Think “dinosaur” and your brain is likely to default to a Tyrannosaurus rex, triceratops, stegosaurus, velociraptor—all the superstar fauna of the Mesozoic era.
Beyond guest appearances in the Jurassic Park movies, the tie that binds these popular prehistoric creatures is their place of birth: they’re all found in the U.S. or Canada. But where’s the love for Giraffatitan, the giraffelike African sauropod, or Glacialisaurus, the beefy beast whose bones were discovered in an antarctic glacier?
We’re too focused on the northern hemisphere when it comes to the dinosaur world, a diversity problem the Field Museum is trying to help rectify this spring. Last week, the natural history museum installed a fiberglass cast of a titanosaur skeleton from Argentina in Stanley Field Hall, and it’s also putting the finishing touches on a new exhibit featuring the dinosaurs of Antarctica.
“We want to show that there’s more to dinosaurs than T. rexes and all of the very familiar North American species,” says Eric Gorscak, a postdoc research scientist at the Field.
Step one in diversifying the Field’s dinos: moving Sue out of the museum’s vast white-marbled main room after 18 years. The T. rex skeleton was taken down and rebuilt in a new suite on the second floor earlier this year to make way for Máximo—a massive herbivore native to South America.

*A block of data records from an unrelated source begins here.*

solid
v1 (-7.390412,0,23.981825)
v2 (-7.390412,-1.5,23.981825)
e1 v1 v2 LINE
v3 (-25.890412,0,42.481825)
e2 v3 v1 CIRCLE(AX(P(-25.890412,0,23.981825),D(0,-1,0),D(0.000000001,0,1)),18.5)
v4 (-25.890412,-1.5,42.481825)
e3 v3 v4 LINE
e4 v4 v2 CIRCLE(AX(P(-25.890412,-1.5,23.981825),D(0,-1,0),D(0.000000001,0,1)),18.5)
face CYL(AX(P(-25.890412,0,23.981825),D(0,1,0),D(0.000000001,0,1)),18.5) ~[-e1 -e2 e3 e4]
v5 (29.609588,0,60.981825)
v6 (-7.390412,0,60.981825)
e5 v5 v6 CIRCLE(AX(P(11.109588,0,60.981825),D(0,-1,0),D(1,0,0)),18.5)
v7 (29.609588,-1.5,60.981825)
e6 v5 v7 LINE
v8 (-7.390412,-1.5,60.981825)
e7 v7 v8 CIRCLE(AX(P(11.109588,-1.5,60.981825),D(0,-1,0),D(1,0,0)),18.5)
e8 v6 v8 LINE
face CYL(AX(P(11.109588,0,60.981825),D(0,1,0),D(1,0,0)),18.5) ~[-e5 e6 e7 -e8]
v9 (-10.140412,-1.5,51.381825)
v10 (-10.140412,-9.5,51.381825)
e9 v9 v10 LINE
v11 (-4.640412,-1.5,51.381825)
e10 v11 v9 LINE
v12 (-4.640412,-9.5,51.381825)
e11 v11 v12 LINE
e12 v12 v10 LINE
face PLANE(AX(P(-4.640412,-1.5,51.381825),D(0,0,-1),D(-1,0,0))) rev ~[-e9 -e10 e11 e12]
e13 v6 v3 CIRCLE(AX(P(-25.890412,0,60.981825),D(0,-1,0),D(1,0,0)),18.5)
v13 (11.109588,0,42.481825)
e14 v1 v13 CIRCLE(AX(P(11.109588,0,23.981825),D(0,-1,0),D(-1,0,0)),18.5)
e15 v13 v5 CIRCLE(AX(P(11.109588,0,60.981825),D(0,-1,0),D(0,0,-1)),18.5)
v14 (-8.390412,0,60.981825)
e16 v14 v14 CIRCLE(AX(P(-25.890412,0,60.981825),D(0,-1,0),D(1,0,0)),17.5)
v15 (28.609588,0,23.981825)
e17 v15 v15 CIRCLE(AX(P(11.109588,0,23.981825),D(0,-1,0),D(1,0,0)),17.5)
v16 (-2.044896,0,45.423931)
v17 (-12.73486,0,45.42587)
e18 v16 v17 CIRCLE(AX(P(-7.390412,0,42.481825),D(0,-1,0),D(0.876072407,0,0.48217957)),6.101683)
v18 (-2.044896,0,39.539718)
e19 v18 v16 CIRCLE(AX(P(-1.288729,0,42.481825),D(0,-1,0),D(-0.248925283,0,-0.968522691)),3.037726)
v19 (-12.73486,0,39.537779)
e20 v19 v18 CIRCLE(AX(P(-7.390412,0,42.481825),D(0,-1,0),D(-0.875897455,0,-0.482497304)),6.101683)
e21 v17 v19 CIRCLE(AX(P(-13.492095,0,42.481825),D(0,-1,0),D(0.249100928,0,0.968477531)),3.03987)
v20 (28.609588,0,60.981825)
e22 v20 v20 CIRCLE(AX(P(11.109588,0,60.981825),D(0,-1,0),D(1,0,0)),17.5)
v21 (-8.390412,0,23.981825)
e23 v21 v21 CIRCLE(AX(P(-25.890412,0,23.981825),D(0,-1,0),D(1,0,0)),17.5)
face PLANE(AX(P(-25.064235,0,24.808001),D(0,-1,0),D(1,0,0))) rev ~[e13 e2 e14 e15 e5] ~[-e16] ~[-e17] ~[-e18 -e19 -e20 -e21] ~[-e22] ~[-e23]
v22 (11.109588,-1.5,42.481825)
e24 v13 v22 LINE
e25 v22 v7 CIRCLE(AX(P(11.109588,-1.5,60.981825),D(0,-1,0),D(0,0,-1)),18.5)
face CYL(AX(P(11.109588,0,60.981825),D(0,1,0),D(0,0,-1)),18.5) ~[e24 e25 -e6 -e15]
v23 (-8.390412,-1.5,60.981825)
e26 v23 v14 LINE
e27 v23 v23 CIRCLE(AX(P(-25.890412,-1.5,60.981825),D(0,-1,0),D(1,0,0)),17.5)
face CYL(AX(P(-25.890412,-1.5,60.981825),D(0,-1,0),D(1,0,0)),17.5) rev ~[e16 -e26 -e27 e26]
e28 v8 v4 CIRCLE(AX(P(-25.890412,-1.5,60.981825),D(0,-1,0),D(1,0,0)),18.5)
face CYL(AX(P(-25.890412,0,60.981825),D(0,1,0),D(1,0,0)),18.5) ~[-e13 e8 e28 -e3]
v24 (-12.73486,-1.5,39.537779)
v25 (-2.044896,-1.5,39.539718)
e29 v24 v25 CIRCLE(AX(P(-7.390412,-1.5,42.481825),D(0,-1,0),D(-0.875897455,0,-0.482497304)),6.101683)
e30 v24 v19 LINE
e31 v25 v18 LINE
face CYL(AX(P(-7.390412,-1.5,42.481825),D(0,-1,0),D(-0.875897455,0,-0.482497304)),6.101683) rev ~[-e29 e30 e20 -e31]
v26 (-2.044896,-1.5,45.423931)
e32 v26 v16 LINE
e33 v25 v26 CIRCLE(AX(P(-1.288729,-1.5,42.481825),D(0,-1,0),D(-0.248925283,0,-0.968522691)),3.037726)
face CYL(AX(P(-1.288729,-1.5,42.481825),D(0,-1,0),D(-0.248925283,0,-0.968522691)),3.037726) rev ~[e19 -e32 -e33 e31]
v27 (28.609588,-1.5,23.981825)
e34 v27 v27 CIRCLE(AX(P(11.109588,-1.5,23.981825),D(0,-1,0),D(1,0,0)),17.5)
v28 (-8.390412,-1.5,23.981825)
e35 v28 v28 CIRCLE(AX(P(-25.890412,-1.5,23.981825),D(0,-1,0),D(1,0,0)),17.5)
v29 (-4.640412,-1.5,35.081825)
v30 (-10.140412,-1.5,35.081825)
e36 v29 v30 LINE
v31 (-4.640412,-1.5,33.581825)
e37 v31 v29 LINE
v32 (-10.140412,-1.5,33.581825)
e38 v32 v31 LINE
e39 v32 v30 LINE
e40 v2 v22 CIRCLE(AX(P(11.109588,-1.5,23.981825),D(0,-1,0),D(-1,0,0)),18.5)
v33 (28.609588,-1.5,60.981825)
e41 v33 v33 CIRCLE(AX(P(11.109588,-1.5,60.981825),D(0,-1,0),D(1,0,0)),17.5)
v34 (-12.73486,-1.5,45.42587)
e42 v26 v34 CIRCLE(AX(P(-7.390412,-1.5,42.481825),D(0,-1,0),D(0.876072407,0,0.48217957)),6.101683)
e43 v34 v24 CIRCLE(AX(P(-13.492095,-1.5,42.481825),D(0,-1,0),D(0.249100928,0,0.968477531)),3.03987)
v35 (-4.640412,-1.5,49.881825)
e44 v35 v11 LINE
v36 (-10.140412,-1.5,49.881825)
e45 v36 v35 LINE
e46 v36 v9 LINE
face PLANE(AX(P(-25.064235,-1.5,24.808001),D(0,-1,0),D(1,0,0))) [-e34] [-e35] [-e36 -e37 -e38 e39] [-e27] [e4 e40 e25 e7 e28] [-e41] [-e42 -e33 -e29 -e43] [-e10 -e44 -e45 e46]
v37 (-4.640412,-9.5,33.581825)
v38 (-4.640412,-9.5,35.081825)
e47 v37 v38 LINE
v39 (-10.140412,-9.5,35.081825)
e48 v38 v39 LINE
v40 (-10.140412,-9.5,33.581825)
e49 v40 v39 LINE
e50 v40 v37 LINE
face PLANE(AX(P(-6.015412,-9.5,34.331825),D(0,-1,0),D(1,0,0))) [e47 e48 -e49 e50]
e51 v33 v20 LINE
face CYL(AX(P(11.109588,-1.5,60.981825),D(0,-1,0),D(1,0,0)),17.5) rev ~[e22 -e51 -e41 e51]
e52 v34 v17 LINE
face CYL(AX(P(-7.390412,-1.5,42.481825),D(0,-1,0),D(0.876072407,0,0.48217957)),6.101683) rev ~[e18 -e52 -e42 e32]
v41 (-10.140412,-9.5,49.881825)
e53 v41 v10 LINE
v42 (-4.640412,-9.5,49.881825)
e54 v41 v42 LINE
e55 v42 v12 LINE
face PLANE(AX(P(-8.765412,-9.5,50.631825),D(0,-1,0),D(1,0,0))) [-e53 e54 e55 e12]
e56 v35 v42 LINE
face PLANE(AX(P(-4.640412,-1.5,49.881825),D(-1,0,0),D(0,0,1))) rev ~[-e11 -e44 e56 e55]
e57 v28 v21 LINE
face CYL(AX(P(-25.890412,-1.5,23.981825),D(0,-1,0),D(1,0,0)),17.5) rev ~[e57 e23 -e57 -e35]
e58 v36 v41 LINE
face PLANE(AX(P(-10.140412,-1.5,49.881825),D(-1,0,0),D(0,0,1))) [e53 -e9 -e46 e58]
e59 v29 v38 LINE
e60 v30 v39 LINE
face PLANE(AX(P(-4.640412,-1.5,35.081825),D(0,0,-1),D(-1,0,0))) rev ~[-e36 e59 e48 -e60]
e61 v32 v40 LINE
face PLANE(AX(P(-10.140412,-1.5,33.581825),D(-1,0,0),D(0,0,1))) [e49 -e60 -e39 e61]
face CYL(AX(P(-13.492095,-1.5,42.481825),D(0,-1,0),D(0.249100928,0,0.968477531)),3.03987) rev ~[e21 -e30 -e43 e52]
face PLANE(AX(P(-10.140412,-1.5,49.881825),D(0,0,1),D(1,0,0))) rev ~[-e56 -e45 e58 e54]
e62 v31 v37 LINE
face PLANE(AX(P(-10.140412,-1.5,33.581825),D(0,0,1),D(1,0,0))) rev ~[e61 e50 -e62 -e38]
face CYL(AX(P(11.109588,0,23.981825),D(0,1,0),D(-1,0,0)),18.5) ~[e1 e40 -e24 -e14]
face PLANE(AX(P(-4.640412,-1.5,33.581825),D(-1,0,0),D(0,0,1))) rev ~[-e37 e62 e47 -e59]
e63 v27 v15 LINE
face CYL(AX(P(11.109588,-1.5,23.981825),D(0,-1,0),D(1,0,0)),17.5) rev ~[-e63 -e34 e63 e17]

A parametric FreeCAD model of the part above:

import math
import FreeCAD as App
import Part
import Sketcher

doc = App.newDocument("Part")
params = doc.addObject("Spreadsheet::Sheet", "Params")
for row, (alias, value) in enumerate([
    ("sketch1_radius", "18.5 mm"),
    ("pad1_length", "1.5 mm"),
    ("sketch2_diameter", "35 mm"),
    ("sketch3_width", "5.5 mm"),
    ("sketch3_height", "1.5 mm"),
    ("pad2_length", "8 mm"),
], start=1):
    params.set(f"A{row}", alias)
    params.set(f"B{row}", "=" + value)
    params.setAlias(f"B{row}", alias)

body = doc.addObject("PartDesign::Body", "Body")

# Sketch on XZ plane
sketch1 = body.newObject("Sketcher::SketchObject", "Sketch")
sketch1.AttachmentSupport = (doc.getObject("XZ_Plane"), [""])
sketch1.MapMode = "FlatFace"
sketch1.addGeometry([
    Part.ArcOfCircle(Part.Circle(App.Vector(-25.890412, 23.981825, 0), App.Vector(0, 0, 1), 18.5), math.radians(90), math.radians(360)),  # 0
    Part.ArcOfCircle(Part.Circle(App.Vector(11.109588, 23.981825, 0), App.Vector(0, 0, 1), 18.5), math.radians(180), math.radians(450)),  # 1
    Part.ArcOfCircle(Part.Circle(App.Vector(11.109588, 60.981825, 0), App.Vector(0, 0, 1), 18.5), math.radians(-90), math.radians(0)),  # 2
    Part.ArcOfCircle(Part.Circle(App.Vector(11.109588, 60.981825, 0), App.Vector(0, 0, 1), 18.5), math.radians(0), math.radians(180)),  # 3
    Part.ArcOfCircle(Part.Circle(App.Vector(-25.890412, 60.981825, 0), App.Vector(0, 0, 1), 18.5), math.radians(0), math.radians(270)),  # 4
], False)
sketch1.addConstraint([
    Sketcher.Constraint("Tangent", 0, 2, 1, 1),
    Sketcher.Constraint("Tangent", 1, 2, 2, 1),
    Sketcher.Constraint("Tangent", 2, 2, 3, 1),
    Sketcher.Constraint("Tangent", 3, 2, 4, 1),
    Sketcher.Constraint("Tangent", 4, 2, 0, 1),
    Sketcher.Constraint("Equal", 0, 1),
    Sketcher.Constraint("Equal", 1, 2),
    Sketcher.Constraint("Equal", 2, 3),
    Sketcher.Constraint("Equal", 3, 4),
    Sketcher.Constraint("Horizontal", 0, 3, 1, 3),
    Sketcher.Constraint("Horizontal", 4, 3, 2, 2),
    Sketcher.Constraint("Vertical", 1, 3, 2, 3),
    Sketcher.Constraint("Radius", 0, 18.5),
    Sketcher.Constraint("DistanceX", 0, 3, -1, 1, 25.890412),
    Sketcher.Constraint("DistanceY", -1, 1, 0, 3, 23.981825),
])
sketch1.setExpression("Constraints[12]", "Params.sketch1_radius")
pad1 = body.newObject("PartDesign::Pad", "Pad")
pad1.Profile = sketch1
pad1.setExpression("Length", "Params.pad1_length")

# Sketch on XZ plane
sketch2 = body.newObject("Sketcher::SketchObject", "Sketch001")
sketch2.AttachmentSupport = (doc.getObject("XZ_Plane"), [""])
sketch2.MapMode = "FlatFace"
sketch2.AttachmentOffset = App.Placement(App.Vector(0, 0, 1.5), App.Rotation())
sketch2.addGeometry([
    Part.Circle(App.Vector(-25.890412, 60.981825, 0), App.Vector(0, 0, 1), 17.5),
    Part.Circle(App.Vector(-25.890412, 23.981825, 0), App.Vector(0, 0, 1), 17.5),
    Part.Circle(App.Vector(11.109588, 60.981825, 0), App.Vector(0, 0, 1), 17.5),
    Part.Circle(App.Vector(11.109588, 23.981825, 0), App.Vector(0, 0, 1), 17.5),
], False)
sketch2.addConstraint([
    Sketcher.Constraint("Equal", 0, 1),
    Sketcher.Constraint("Equal", 1, 2),
    Sketcher.Constraint("Equal", 2, 3),
    Sketcher.Constraint("Horizontal", 0, 3, 2, 3),
    Sketcher.Constraint("Horizontal", 1, 3, 3, 3),
    Sketcher.Constraint("Vertical", 0, 3, 1, 3),
    Sketcher.Constraint("Vertical", 2, 3, 3, 3),
    Sketcher.Constraint("Diameter", 0, 35.0),
    Sketcher.Constraint("DistanceY", 1, 3, 0, 3, 37.0),
    Sketcher.Constraint("DistanceX", 0, 3, 2, 3, 37.0),
    Sketcher.Constraint("DistanceX", 0, 3, -1, 1, 25.890412),
    Sketcher.Constraint("DistanceY", -1, 1, 0, 3, 60.981825),
])
sketch2.setExpression("Constraints[7]", "Params.sketch2_diameter")
pocket1 = body.newObject("PartDesign::Pocket", "Pocket")
pocket1.Profile = sketch2
pocket1.Type = "ThroughAll"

The 70-ton titanosaur was initially discovered in 2010 at the Mayo family farm in the Patagonia region of Argentina (hence the name chosen for the species: Patagotitan ). On Friday, crews needed a crane to attach its skull—the final piece of the dinosaur’s frame. In its finished state, Máximo measures 122 feet long from head to tail, four-fifths the height of the Chicago Water Tower. At 28 feet tall, the dinosaur’s fearsome-looking skull is at eye level with visitors standing on the museum’s second-floor balcony.
“If you’re going to move Sue, the biggest and T. rex around, you have to go with something equally impressive, and we’ve got that in Máximo—the biggest dinosaur that’s ever walked the earth,” says Hilary Hansen, the museum’s senior exhibitions project manager.
The titanosaur’s rust-colored bones reflect the claylike soil common in South America, and its name was an intentional nod to the dinosaur’s regional roots, Hansen noted. “It’s also a nice play on words because it means ‘maximum’ in Spanish,” she said.
There are also other creatures in the 12-week “Antarctic Dinosaurs” exhibit that aren’t as physically spectacular as Máximo, but they’re likely to be just as unfamiliar to the public. That’s partly because they’re fairly new discoveries, including fossils dug up in 2010 and 2011 by a team of scientists encamped at Shackleton Glacier that included Field Museum paleontologists Pete Makovicky and Nate Smith.
The exhibition—which opens at the Field Museum on June 15—will include about 40 species from the icy continent from a time 200 million years ago when it was part of a bigger supercontinent called Gondwana. Then Antarctica was a wooded, lush habitat with a temperate climate that contained a number of dinosaurs—many of whom were covered with feathers.
“The climate was similar to northern Alaska, where you have high latitude but you still have seasonality. So you had a lot of feathered dinosaurs running around in Antartica,” says Gorscak.
Arguably the most famous Antarctic dino is the unique-looking Cryolophosaurus. Unearthed in 1991 and named in 1994, the meat-eating monster has been nicknamed “Elvisaurus” because of the curved forward-facing crest on its head that vaguely resembles young Elvis Presley’s pompadour haircut.
With the Field Museum’s help, maybe Elvisaurus or Máximo will get their own cameos in the next Jurassic World sequel, but Gorscak will settle for exposing people to new dinosaurs from places far from America.
“There are so many cool dinosaurs from different parts of the world and we’re excited to open the public’s minds to them.”